Listed entries:
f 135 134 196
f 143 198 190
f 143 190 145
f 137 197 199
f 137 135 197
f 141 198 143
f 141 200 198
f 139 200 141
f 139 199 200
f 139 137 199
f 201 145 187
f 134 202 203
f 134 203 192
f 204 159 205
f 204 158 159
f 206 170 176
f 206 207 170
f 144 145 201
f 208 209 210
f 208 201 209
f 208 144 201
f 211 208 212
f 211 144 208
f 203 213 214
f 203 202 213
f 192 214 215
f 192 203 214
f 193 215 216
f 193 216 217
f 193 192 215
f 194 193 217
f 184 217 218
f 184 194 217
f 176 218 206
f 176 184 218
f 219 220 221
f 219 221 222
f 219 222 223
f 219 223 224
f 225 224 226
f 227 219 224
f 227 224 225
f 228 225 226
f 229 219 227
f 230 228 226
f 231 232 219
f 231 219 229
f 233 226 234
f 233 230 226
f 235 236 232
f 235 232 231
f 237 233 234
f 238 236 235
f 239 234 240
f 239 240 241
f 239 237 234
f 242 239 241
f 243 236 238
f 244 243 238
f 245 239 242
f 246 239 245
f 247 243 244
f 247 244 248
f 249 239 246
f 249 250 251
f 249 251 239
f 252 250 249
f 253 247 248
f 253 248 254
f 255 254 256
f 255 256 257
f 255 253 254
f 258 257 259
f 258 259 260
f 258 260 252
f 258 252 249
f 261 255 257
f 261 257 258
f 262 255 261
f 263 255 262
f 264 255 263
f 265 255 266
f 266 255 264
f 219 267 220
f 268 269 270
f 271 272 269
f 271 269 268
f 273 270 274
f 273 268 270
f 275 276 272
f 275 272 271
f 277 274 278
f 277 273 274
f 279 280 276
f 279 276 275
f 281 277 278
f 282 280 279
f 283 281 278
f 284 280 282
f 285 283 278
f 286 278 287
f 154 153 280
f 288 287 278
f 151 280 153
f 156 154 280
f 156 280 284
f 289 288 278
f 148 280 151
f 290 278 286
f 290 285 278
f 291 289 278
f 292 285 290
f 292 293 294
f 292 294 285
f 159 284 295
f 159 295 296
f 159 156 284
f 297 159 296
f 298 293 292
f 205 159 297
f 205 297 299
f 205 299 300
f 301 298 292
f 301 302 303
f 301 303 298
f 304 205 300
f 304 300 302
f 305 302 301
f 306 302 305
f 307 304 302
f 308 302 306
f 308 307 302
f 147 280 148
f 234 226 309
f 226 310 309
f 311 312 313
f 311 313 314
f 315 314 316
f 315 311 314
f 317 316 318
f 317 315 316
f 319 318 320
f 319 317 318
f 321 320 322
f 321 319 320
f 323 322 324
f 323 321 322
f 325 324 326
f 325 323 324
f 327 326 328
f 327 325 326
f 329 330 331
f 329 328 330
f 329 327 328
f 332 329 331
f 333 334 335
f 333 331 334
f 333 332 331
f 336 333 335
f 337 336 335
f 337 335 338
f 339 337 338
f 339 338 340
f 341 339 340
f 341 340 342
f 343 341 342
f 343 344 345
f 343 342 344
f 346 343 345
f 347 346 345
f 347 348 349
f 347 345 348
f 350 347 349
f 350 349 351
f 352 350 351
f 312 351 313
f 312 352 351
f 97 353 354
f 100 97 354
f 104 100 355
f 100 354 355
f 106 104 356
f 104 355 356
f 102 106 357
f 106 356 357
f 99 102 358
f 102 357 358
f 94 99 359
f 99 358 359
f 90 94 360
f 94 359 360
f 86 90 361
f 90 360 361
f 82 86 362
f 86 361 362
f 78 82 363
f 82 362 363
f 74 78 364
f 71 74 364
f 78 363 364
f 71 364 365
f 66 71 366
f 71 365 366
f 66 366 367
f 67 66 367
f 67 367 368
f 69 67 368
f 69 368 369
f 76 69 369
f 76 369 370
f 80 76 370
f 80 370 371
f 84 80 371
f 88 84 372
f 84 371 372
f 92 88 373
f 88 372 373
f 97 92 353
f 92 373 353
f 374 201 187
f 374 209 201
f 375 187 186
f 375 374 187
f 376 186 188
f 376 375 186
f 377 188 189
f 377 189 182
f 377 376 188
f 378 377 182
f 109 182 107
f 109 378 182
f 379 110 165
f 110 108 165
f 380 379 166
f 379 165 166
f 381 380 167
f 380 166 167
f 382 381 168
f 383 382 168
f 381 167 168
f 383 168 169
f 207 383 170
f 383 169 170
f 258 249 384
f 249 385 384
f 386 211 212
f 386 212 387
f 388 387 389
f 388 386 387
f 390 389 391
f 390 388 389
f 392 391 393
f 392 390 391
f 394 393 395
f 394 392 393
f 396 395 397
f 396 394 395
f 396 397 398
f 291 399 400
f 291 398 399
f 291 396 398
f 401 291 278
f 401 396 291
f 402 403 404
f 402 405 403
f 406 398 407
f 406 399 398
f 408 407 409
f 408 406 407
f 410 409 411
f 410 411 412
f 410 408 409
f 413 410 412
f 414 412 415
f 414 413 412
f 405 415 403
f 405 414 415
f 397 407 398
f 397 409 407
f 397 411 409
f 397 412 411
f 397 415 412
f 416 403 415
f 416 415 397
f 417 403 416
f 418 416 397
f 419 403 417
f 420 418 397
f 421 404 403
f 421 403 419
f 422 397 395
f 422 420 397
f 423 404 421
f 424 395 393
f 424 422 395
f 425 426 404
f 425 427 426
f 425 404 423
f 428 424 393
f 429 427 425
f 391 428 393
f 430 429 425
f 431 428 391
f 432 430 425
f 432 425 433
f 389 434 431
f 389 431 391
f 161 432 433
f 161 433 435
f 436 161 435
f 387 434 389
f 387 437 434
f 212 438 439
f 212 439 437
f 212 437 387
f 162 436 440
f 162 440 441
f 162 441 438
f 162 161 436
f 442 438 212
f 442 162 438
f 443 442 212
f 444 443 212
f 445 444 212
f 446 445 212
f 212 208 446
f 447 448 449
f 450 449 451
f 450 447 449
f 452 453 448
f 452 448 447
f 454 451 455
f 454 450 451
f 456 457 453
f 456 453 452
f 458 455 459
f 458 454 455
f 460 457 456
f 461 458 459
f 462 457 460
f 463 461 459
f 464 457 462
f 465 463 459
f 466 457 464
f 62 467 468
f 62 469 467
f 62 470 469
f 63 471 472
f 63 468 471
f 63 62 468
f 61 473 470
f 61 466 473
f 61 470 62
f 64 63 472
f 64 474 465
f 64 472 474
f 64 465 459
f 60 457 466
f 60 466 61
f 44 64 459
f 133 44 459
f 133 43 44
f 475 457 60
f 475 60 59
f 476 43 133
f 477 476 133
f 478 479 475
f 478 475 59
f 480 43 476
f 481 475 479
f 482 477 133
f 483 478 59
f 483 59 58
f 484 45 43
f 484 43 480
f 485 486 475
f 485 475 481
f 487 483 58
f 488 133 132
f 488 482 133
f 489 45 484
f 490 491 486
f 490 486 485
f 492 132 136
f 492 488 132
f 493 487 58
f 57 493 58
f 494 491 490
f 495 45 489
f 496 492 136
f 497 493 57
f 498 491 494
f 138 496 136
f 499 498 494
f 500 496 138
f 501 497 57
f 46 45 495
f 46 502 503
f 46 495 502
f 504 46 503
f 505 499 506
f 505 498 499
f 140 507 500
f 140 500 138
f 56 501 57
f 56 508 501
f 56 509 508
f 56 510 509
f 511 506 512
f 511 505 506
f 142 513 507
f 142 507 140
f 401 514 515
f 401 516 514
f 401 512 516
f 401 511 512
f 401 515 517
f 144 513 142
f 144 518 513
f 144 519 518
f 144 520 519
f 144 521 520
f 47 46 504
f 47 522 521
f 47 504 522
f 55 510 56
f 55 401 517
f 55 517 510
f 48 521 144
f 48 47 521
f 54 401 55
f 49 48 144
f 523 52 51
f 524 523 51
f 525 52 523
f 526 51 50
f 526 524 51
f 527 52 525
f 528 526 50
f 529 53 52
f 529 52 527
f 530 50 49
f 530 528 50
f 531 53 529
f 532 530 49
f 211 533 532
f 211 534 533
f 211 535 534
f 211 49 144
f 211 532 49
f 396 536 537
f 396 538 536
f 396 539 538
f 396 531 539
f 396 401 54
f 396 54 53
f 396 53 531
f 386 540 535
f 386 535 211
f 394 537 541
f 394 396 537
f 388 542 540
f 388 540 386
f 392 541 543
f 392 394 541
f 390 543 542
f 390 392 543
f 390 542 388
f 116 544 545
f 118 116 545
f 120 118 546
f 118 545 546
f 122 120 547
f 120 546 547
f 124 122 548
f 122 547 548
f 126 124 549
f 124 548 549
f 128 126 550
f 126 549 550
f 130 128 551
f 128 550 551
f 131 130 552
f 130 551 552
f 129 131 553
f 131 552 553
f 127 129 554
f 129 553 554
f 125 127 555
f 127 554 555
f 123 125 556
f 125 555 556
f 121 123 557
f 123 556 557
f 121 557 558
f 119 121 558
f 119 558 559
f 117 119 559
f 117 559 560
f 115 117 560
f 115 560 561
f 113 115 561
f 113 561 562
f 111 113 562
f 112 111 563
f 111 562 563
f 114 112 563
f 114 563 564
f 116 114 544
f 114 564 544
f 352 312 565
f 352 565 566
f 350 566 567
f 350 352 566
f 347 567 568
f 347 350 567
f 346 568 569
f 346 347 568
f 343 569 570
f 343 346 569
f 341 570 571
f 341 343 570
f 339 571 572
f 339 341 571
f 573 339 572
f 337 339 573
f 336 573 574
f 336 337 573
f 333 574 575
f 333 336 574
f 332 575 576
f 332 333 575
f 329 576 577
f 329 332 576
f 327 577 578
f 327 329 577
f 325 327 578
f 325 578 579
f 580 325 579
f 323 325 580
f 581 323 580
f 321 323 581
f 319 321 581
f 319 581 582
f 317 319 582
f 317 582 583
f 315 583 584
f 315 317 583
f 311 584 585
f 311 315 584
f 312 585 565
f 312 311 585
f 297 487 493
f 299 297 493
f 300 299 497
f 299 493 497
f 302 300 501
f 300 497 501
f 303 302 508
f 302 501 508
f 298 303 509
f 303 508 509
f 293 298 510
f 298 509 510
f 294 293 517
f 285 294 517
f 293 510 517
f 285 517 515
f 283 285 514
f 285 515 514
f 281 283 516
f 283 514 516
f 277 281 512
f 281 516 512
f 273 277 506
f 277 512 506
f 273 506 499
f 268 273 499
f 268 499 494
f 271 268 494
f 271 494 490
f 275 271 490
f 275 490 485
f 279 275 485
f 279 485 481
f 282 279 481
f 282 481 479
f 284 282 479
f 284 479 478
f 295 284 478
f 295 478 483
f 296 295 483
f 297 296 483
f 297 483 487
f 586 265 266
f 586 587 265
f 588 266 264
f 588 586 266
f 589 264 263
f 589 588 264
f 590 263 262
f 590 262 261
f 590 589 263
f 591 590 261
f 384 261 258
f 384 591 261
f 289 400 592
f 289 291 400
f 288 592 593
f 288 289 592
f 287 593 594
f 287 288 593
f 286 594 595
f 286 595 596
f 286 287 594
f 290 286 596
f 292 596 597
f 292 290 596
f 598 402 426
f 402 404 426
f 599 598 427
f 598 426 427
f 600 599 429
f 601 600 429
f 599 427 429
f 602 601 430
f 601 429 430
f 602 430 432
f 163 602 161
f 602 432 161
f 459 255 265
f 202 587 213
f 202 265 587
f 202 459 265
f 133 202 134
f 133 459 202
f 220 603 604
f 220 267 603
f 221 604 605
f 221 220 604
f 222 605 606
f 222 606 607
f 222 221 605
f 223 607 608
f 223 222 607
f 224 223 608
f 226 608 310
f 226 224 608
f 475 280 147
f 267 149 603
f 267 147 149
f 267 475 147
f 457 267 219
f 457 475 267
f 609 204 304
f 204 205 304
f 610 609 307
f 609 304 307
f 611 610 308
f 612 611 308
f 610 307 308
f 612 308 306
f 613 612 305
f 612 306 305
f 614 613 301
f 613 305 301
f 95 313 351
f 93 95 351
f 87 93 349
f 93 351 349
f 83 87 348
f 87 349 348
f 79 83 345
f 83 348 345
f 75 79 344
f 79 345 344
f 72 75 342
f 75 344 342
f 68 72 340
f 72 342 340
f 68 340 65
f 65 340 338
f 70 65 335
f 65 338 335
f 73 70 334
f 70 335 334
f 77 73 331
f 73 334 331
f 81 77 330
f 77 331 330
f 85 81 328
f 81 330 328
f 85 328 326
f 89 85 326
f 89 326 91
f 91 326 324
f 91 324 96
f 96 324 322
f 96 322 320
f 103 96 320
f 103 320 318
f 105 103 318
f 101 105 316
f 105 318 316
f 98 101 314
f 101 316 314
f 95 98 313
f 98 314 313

Task: What is needed is an exact copy of the lines above, from the one containing "f 268 269 270" through the one containing "f 347 348 349", with nothing added.

Your solution:
f 268 269 270
f 271 272 269
f 271 269 268
f 273 270 274
f 273 268 270
f 275 276 272
f 275 272 271
f 277 274 278
f 277 273 274
f 279 280 276
f 279 276 275
f 281 277 278
f 282 280 279
f 283 281 278
f 284 280 282
f 285 283 278
f 286 278 287
f 154 153 280
f 288 287 278
f 151 280 153
f 156 154 280
f 156 280 284
f 289 288 278
f 148 280 151
f 290 278 286
f 290 285 278
f 291 289 278
f 292 285 290
f 292 293 294
f 292 294 285
f 159 284 295
f 159 295 296
f 159 156 284
f 297 159 296
f 298 293 292
f 205 159 297
f 205 297 299
f 205 299 300
f 301 298 292
f 301 302 303
f 301 303 298
f 304 205 300
f 304 300 302
f 305 302 301
f 306 302 305
f 307 304 302
f 308 302 306
f 308 307 302
f 147 280 148
f 234 226 309
f 226 310 309
f 311 312 313
f 311 313 314
f 315 314 316
f 315 311 314
f 317 316 318
f 317 315 316
f 319 318 320
f 319 317 318
f 321 320 322
f 321 319 320
f 323 322 324
f 323 321 322
f 325 324 326
f 325 323 324
f 327 326 328
f 327 325 326
f 329 330 331
f 329 328 330
f 329 327 328
f 332 329 331
f 333 334 335
f 333 331 334
f 333 332 331
f 336 333 335
f 337 336 335
f 337 335 338
f 339 337 338
f 339 338 340
f 341 339 340
f 341 340 342
f 343 341 342
f 343 344 345
f 343 342 344
f 346 343 345
f 347 346 345
f 347 348 349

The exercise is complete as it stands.